> What the exercise asks:
Give again the lines of the data from its first line through the line with "f 112 267 266". Change nothing.

Data records:
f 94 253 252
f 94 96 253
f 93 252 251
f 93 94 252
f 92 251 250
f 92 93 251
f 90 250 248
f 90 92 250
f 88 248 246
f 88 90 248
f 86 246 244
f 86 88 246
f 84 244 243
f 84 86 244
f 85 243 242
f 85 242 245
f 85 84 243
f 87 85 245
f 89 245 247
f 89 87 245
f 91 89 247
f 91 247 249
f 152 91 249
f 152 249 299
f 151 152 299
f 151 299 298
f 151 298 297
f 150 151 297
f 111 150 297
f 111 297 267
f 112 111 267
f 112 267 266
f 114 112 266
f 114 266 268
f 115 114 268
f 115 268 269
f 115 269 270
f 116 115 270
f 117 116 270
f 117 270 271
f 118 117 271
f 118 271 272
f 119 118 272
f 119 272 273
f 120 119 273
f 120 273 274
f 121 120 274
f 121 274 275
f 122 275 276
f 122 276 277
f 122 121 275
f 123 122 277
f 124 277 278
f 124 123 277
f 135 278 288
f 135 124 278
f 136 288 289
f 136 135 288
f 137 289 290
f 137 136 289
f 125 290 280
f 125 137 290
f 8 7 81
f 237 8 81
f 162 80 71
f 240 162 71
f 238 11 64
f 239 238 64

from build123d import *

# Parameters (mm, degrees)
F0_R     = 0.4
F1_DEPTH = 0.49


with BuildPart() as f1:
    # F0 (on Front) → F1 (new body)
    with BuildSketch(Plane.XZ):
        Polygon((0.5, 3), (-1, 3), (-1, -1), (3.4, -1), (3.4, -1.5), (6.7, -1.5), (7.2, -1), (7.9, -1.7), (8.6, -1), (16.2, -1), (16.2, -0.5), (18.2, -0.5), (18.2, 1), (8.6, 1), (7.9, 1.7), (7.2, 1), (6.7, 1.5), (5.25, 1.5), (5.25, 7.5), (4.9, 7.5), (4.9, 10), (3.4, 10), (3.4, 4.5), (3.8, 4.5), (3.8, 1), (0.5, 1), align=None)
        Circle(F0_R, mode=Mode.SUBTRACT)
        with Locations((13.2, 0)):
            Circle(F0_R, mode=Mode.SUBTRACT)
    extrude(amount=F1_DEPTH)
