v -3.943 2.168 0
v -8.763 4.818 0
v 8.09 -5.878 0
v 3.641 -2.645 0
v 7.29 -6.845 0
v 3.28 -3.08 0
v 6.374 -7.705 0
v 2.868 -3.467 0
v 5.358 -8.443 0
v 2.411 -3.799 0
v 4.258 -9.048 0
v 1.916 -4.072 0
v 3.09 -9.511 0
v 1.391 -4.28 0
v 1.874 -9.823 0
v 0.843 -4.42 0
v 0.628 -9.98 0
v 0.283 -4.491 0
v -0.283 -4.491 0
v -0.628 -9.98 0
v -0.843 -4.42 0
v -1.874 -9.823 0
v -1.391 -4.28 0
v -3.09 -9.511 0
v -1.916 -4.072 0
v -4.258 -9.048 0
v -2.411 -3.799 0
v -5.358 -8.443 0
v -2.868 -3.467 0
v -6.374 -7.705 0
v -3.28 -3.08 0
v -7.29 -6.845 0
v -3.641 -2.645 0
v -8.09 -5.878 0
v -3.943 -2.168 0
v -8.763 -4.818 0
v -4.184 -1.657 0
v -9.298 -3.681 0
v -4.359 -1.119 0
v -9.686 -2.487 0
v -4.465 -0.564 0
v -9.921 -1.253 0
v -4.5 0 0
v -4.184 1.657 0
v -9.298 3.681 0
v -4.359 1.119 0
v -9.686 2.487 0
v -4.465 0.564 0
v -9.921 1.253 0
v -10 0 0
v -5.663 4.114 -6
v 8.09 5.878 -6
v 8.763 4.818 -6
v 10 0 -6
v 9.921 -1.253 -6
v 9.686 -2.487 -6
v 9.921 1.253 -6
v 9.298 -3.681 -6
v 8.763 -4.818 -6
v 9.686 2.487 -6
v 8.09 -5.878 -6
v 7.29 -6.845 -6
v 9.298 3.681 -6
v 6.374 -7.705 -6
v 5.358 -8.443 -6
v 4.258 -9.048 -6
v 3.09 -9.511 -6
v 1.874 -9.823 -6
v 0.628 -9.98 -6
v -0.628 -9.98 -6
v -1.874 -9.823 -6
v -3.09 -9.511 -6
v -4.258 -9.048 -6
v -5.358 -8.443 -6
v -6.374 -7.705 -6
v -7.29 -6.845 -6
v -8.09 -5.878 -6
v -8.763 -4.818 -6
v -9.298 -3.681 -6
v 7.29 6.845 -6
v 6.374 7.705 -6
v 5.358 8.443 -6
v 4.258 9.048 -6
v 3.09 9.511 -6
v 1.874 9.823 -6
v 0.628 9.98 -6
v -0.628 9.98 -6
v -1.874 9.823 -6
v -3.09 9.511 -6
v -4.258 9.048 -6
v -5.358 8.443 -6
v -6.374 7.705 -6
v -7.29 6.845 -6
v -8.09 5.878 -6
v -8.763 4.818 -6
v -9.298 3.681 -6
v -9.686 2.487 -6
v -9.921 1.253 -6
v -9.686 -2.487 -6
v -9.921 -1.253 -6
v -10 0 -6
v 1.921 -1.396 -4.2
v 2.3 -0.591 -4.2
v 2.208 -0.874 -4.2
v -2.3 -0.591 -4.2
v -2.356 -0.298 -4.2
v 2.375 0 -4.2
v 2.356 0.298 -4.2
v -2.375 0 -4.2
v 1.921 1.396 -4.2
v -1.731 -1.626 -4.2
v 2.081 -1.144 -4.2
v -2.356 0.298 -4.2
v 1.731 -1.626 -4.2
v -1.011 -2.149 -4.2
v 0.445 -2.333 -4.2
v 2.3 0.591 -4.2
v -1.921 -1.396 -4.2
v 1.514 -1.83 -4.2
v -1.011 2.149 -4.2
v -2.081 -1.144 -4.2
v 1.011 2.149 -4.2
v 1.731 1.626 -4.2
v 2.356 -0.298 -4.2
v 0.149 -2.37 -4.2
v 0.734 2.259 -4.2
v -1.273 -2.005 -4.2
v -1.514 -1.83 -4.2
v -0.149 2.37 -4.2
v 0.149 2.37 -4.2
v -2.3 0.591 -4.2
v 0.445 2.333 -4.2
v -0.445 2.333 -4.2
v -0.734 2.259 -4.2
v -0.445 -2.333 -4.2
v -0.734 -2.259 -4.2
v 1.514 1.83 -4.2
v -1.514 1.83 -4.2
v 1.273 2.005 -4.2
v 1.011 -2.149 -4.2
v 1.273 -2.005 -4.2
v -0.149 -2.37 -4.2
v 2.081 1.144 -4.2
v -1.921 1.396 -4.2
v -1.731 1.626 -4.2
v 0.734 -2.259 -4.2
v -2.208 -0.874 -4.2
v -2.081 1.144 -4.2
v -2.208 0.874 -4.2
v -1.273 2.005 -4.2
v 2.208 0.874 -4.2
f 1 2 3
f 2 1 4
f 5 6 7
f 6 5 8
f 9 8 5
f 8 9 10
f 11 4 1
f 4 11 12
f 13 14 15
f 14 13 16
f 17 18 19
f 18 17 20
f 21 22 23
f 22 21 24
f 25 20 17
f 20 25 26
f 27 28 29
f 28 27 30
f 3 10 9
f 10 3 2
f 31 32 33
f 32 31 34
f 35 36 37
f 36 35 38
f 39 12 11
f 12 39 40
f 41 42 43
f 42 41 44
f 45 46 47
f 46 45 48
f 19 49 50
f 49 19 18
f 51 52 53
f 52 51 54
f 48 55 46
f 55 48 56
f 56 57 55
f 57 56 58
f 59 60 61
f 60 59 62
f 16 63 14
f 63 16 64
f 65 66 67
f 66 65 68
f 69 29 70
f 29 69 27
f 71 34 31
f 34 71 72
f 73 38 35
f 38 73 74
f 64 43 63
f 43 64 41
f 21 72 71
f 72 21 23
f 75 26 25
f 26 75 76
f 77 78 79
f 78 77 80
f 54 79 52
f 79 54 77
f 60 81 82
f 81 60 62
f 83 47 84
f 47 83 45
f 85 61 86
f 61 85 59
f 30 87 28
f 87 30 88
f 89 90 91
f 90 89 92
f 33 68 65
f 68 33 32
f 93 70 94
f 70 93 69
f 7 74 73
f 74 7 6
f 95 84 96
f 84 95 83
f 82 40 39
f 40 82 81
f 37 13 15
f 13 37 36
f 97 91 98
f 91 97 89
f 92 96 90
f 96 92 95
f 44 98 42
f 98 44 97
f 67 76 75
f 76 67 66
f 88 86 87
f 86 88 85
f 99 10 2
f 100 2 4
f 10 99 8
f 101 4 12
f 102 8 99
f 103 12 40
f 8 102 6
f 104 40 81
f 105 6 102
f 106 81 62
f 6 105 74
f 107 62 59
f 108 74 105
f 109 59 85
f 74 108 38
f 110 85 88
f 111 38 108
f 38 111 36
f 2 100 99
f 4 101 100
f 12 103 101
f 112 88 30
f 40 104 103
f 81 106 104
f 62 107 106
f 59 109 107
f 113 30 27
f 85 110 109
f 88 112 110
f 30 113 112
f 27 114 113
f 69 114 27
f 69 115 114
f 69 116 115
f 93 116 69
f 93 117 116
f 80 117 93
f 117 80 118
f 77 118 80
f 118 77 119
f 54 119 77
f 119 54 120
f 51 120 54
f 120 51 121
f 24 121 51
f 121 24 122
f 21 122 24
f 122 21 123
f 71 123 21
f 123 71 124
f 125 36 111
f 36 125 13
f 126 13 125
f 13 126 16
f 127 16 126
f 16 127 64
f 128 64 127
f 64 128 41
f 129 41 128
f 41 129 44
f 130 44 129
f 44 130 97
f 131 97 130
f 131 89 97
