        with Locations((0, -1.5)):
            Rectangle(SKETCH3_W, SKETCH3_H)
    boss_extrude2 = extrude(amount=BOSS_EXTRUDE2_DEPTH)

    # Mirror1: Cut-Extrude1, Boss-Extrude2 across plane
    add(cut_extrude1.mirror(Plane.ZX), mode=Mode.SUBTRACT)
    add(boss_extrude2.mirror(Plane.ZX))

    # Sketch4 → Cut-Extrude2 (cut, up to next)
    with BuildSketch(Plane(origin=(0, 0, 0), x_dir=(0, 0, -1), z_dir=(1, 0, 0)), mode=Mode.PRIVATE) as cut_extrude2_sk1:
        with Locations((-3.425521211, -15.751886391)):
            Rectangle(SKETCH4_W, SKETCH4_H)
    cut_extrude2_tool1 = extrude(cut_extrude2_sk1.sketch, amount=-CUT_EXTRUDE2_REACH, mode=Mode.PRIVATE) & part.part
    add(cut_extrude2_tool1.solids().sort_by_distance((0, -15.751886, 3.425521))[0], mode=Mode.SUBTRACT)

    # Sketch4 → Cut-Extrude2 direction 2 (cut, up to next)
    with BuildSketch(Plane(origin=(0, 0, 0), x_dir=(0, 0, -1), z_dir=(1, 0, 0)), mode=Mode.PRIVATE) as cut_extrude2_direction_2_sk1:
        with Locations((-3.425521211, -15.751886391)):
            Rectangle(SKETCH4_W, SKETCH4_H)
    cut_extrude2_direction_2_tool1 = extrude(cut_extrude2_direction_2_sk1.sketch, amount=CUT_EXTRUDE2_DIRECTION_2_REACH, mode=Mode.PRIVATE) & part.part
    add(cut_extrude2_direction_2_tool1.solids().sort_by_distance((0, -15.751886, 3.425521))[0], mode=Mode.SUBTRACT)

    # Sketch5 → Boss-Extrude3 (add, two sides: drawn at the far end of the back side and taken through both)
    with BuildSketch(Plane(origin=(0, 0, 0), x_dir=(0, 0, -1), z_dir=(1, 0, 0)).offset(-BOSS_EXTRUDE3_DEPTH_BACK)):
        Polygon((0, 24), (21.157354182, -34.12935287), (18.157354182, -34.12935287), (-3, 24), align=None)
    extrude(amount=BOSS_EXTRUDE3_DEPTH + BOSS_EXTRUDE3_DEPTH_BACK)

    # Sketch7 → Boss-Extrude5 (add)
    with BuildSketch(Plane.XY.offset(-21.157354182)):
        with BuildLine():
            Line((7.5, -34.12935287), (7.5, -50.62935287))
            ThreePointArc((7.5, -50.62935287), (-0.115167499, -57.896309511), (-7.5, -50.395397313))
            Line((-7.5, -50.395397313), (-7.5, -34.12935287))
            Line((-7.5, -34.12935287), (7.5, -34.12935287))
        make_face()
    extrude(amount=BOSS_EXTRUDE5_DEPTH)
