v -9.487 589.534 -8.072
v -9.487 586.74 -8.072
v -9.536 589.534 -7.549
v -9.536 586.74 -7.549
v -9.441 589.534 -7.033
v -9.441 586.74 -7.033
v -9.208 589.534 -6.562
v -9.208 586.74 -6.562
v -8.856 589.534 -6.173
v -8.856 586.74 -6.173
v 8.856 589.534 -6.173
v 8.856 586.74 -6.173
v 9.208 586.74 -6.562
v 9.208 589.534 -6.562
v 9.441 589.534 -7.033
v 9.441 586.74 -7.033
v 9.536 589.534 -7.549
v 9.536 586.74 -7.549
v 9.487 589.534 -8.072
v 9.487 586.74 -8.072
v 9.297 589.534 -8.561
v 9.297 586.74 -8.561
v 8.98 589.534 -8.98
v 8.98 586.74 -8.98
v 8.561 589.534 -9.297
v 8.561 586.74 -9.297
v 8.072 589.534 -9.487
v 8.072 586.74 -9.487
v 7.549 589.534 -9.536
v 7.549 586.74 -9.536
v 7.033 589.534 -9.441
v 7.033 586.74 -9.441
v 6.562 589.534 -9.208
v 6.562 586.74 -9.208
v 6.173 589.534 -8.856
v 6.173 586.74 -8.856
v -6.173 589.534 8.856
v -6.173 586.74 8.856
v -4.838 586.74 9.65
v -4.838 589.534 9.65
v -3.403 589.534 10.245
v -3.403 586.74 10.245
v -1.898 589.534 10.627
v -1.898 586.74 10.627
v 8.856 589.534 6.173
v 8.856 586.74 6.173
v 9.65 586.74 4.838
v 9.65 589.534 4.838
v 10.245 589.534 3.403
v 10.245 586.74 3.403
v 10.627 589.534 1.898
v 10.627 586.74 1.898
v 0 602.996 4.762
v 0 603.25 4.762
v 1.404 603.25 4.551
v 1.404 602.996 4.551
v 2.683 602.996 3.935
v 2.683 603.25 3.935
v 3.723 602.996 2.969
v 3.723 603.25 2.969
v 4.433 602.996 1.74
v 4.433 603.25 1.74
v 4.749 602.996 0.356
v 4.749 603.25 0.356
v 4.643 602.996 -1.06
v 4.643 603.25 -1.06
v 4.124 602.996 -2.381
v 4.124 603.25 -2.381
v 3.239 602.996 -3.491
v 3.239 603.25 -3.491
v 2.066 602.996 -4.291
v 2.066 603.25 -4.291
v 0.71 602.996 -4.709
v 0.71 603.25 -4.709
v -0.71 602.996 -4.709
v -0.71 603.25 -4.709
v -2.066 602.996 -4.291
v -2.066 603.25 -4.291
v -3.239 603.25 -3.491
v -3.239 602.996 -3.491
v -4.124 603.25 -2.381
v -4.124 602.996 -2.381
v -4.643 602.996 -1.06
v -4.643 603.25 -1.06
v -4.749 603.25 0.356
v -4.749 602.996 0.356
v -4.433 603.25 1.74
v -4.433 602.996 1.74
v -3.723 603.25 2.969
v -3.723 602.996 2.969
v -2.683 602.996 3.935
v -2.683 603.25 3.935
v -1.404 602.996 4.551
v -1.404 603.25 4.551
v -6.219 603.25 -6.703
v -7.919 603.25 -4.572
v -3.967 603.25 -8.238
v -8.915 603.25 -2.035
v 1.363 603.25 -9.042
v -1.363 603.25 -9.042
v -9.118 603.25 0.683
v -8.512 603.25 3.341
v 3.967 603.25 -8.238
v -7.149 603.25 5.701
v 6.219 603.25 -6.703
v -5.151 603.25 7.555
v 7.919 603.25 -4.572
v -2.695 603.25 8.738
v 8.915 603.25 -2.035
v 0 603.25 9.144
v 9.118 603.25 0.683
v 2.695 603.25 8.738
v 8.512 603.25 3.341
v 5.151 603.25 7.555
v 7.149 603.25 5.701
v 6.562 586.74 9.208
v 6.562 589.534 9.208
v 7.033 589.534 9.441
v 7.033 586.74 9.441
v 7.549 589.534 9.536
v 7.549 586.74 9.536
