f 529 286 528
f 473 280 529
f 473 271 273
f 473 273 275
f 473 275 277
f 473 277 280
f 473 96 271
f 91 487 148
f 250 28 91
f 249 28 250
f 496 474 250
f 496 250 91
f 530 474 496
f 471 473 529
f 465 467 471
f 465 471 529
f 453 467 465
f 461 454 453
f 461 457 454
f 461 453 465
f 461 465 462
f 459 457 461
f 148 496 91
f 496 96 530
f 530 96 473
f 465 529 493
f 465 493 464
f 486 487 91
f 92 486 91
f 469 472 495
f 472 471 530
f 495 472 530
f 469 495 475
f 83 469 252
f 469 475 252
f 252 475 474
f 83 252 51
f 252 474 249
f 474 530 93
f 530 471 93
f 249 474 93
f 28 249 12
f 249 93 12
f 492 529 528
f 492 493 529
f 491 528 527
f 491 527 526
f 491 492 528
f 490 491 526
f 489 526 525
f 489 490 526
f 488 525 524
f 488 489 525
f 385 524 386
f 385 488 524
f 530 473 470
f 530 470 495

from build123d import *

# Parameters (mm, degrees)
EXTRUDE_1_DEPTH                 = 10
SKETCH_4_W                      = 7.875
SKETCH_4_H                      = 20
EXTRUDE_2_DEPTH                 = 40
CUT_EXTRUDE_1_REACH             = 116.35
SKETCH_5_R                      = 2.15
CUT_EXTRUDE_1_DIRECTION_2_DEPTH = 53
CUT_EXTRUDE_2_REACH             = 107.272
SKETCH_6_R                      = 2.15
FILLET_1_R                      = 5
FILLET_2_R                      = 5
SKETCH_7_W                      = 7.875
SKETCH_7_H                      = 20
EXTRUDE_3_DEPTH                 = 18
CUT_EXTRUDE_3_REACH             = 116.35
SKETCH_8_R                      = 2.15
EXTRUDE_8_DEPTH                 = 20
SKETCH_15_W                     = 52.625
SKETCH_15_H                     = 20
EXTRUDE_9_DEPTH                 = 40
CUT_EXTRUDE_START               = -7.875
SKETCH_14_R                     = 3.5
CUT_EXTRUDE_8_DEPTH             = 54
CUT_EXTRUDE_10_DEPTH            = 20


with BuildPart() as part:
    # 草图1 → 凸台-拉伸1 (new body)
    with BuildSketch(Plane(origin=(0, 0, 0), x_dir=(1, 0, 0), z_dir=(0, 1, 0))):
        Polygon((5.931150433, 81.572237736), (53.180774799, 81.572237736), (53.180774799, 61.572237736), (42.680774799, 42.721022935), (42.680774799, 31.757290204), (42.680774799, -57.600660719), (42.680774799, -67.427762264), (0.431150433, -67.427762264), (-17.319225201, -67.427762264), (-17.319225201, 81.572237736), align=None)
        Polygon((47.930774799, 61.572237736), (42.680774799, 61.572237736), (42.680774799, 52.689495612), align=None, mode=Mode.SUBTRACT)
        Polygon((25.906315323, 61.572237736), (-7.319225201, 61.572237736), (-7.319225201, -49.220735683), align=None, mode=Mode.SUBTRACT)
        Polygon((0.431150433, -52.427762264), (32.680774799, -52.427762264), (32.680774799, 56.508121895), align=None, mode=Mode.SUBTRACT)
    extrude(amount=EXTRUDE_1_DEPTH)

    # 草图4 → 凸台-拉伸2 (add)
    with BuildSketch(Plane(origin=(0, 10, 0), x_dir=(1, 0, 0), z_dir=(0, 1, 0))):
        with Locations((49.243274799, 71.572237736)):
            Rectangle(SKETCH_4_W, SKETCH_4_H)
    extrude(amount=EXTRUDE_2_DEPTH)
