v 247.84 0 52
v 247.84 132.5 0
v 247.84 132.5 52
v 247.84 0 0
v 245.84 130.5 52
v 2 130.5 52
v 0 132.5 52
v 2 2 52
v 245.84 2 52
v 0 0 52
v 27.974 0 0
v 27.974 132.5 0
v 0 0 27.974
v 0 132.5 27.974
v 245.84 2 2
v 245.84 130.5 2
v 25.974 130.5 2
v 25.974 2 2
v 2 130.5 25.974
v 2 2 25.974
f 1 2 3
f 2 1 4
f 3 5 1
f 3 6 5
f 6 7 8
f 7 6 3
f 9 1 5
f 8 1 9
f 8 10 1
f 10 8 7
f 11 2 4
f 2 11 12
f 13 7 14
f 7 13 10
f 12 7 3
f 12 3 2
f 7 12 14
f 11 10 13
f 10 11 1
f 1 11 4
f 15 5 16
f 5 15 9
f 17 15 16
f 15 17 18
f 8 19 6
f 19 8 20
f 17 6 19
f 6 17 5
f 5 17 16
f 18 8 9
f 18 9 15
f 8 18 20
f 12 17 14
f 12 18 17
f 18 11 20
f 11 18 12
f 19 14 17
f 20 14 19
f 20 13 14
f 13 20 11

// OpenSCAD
U = 5.08;
H = 128.5;
D = 50;
W = 2;


difference() {

    cube([48 * U + 2 * W, H + 2 * W, D + W]);
  
    translate([W, W, W])
    cube([48 * U, H, D + W]);
    
    
    translate([-sqrt(8 * 8 * U * 2) - 2 * W, -1, 0])
    rotate([0, 45, 0])
    cube([8 * U, H + 2 * W + 2, 8 * U]);
}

> Task output:
f 94 253 252
f 94 96 253
f 93 252 251
f 93 94 252
f 92 251 250
f 92 93 251
f 90 250 248
f 90 92 250
f 88 248 246
f 88 90 248
f 86 246 244
f 86 88 246
f 84 244 243
f 84 86 244
f 85 243 242
f 85 242 245
f 85 84 243
f 87 85 245
f 89 245 247
f 89 87 245
f 91 89 247
f 91 247 249
f 152 91 249
f 152 249 299
f 151 152 299
f 151 299 298
f 151 298 297
f 150 151 297
f 111 150 297
f 111 297 267
f 112 111 267
f 112 267 266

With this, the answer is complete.